Following that train of thought every receptacle has to be on it and since you know she has a blow dryer and could use it on any receptacle it shouldn't share. 

Sent from my SM-G930W8 using Tapatalk


----------



## Majewski (Jan 8, 2016)

With "friends" like those, who needs enemies?


----------



## nrp3 (Jan 24, 2009)

I try to get as much info from the customer and design it to avoid problems if I can. Yes to bath receptacles on their own circuit, especially if its a larger bathroom. Maybe you have a couple of teenage daughters to deal with. Maybe its wise that each bathroom receptacle gets its own circuit, though powder rooms don't concern me that much, those can be tagged to other bathrooms without much concern. Lighting and receptacles together on a single circuit in a bedroom isn't much of a concern unless you know someone is likely to use plug in heaters or window air conditioners. In most cases, bedrooms don't have much draw.


----------



## PlugsAndLights (Jan 19, 2016)

As I mentioned earlier, what they want you to do exceeds code so everything 
is fine. None the less, I agree it's good practice to limit the load(s) on cct(s) 
feeding bathroom GFI's. In this case I'd suggest: 
Put the receptacles of each room on their own cct, and ALL of the lighting 
on each floor on another. I expect what they really want is to make it easy to
know which breaker does what. Put all of a room (lites&plugs) on 1 cct and 
now you have the lites on an AFCI and that's more likely to cause tripping 
issues.
If they don't like that idea, no big deal, give them what they want. If they call 
later saying the breaker is tripping, it'll be an opportunity to laugh at them.

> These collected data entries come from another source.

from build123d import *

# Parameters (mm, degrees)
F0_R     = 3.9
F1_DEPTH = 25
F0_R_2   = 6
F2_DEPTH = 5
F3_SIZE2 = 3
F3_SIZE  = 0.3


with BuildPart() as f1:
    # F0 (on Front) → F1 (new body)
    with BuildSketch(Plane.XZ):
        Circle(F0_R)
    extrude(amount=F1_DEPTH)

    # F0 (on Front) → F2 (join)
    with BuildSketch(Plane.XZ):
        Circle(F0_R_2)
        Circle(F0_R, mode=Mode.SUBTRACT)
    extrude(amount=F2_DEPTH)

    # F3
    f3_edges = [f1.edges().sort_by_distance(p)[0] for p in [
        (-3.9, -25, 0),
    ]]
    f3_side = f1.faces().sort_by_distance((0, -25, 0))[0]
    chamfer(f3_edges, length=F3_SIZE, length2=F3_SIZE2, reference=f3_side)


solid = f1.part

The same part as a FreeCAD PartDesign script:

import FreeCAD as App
import Part
import Sketcher
from FreeCAD import Vector
Q = App.Units.Quantity


def edges_at(feature, points):
    """Names of the edges that pass closest to the given points."""
    edges = feature.Shape.Edges
    near = lambda p: min(range(len(edges)), key=lambda i: edges[i].distToShape(Part.Vertex(*p))[0])
    return sorted({f"Edge{near(p) + 1}" for p in points})

doc = App.newDocument("Part")
params = doc.addObject("Spreadsheet::Sheet", "Params")
for row, (alias, value) in enumerate([
    ("sketch1_diameter", "7.8 mm"),
    ("pad1_length", "25 mm"),
    ("sketch2_diameter", "12 mm"),
    ("sketch2_diameter2", "7.8 mm"),
    ("pad2_length", "5 mm"),
    ("chamfer_size", "0.3 mm"),
    ("chamfer_size2", "3 mm"),
], start=1):
    params.set(f"A{row}", alias)
    params.set(f"B{row}", "=" + value)
    params.setAlias(f"B{row}", alias)

body = doc.addObject("PartDesign::Body", "Body")

sketch1 = doc.addObject("Sketcher::SketchObject", "Sketch")
body.addObject(sketch1)
sketch1.AttachmentSupport = (doc.XZ_Plane, [""])
sketch1.MapMode = "FlatFace"
sketch1.addGeometry(Part.Circle(Vector(0, 0, 0), Vector(0, 0, 1), 3.9), False)
sketch1.addConstraint(Sketcher.Constraint("Coincident", 0, 3, -1, 1))
sketch1.addConstraint(Sketcher.Constraint("Diameter", 0, Q("7.8 mm")))
sketch1.setExpression("Constraints[1]", "Params.sketch1_diameter")
pad1 = doc.addObject("PartDesign::Pad", "Pad")
body.addObject(pad1)
pad1.Profile = sketch1
pad1.setExpression("Length", "Params.pad1_length")

sketch2 = doc.addObject("Sketcher::SketchObject", "Sketch001")
body.addObject(sketch2)
sketch2.AttachmentSupport = (doc.XZ_Plane, [""])
sketch2.MapMode = "FlatFace"
sketch2.addGeometry(Part.Circle(Vector(0, 0, 0), Vector(0, 0, 1), 6), False)
sketch2.addGeometry(Part.Circle(Vector(0, 0, 0), Vector(0, 0, 1), 3.9), False)
sketch2.addConstraint(Sketcher.Constraint("Coincident", 0, 3, -1, 1))
sketch2.addConstraint(Sketcher.Constraint("Coincident", 1, 3, -1, 1))
sketch2.addConstraint(Sketcher.Constraint("Diameter", 0, Q("12 mm")))
sketch2.addConstraint(Sketcher.Constraint("Diameter", 1, Q("7.8 mm")))
sketch2.setExpression("Constraints[2]", "Params.sketch2_diameter")
sketch2.setExpression("Constraints[3]", "Params.sketch2_diameter2")
pad2 = doc.addObject("PartDesign::Pad", "Pad001")
body.addObject(pad2)
pad2.Profile = sketch2
pad2.setExpression("Length", "Params.pad2_length")
doc.recompute()

chamfer = doc.addObject("PartDesign::Chamfer", "Chamfer")
body.addObject(chamfer)
chamfer.Base = (pad2, edges_at(pad2, [(-3.9, -25, 0)]))
chamfer.ChamferType = "Two distances"
chamfer.setExpression("Size", "Params.chamfer_size")
chamfer.setExpression("Size2", "Params.chamfer_size2")
chamfer.FlipDirection = True

doc.recompute()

BTW, I wouldn't encourage customers to become this involved in the 
decision making. They get a say in where things are, end of. 
YMMV
P&L


----------



## LGLS (Nov 10, 2007)

papaotis said:


> it is normally a good idea to have the lights on a different circuit than the recs in in any given room


In a house? Many homes are built w/o lights in any room that doesn't require them.


----------



## 746 Watts (Nov 13, 2016)

Majewski said:


> With "friends" like those, who needs enemies?


Almost finished trolling?



PlugsAndLights said:


> Put all of a room (lites&plugs) on 1 cct and
> now you have the lites on an AFCI and that's more likely to cause tripping
> issues.
> 
> ...


So switching lights on and off is pretty bad for nuisance tripping the AFCI? It could depend brand to brand since I've read some are not built as well as others. These ones are going to be Siemens. If they are that sensitive, I would imagine ceiling fan motors would be even worse for nuisance tripping. I couldn't say because everyone I know does lights and plugs separate to save on AFCI breakers.

I would have preferred to not have any input like you said for the arrangement of things. I'd rather make things the way I know are going to be solid and work, rather than a symmetrical layout for the sake of isolating areas. We have talked this morning and are coming to an agreement on this stuff so that I can try to save them any regrets.


----------



## Majewski (Jan 8, 2016)

Trolling? How about put the thread in the right section. You're in Canada right? Go ask in Canadiaville....and any sparky would know what and how a hair dryer works in the first place.


----------



## PlugsAndLights (Jan 19, 2016)

Majewski said:


> Trolling? How about put the thread in the right section. You're in Canada right? Go ask in Canadiaville....and any sparky would know what and how a hair dryer works in the first place.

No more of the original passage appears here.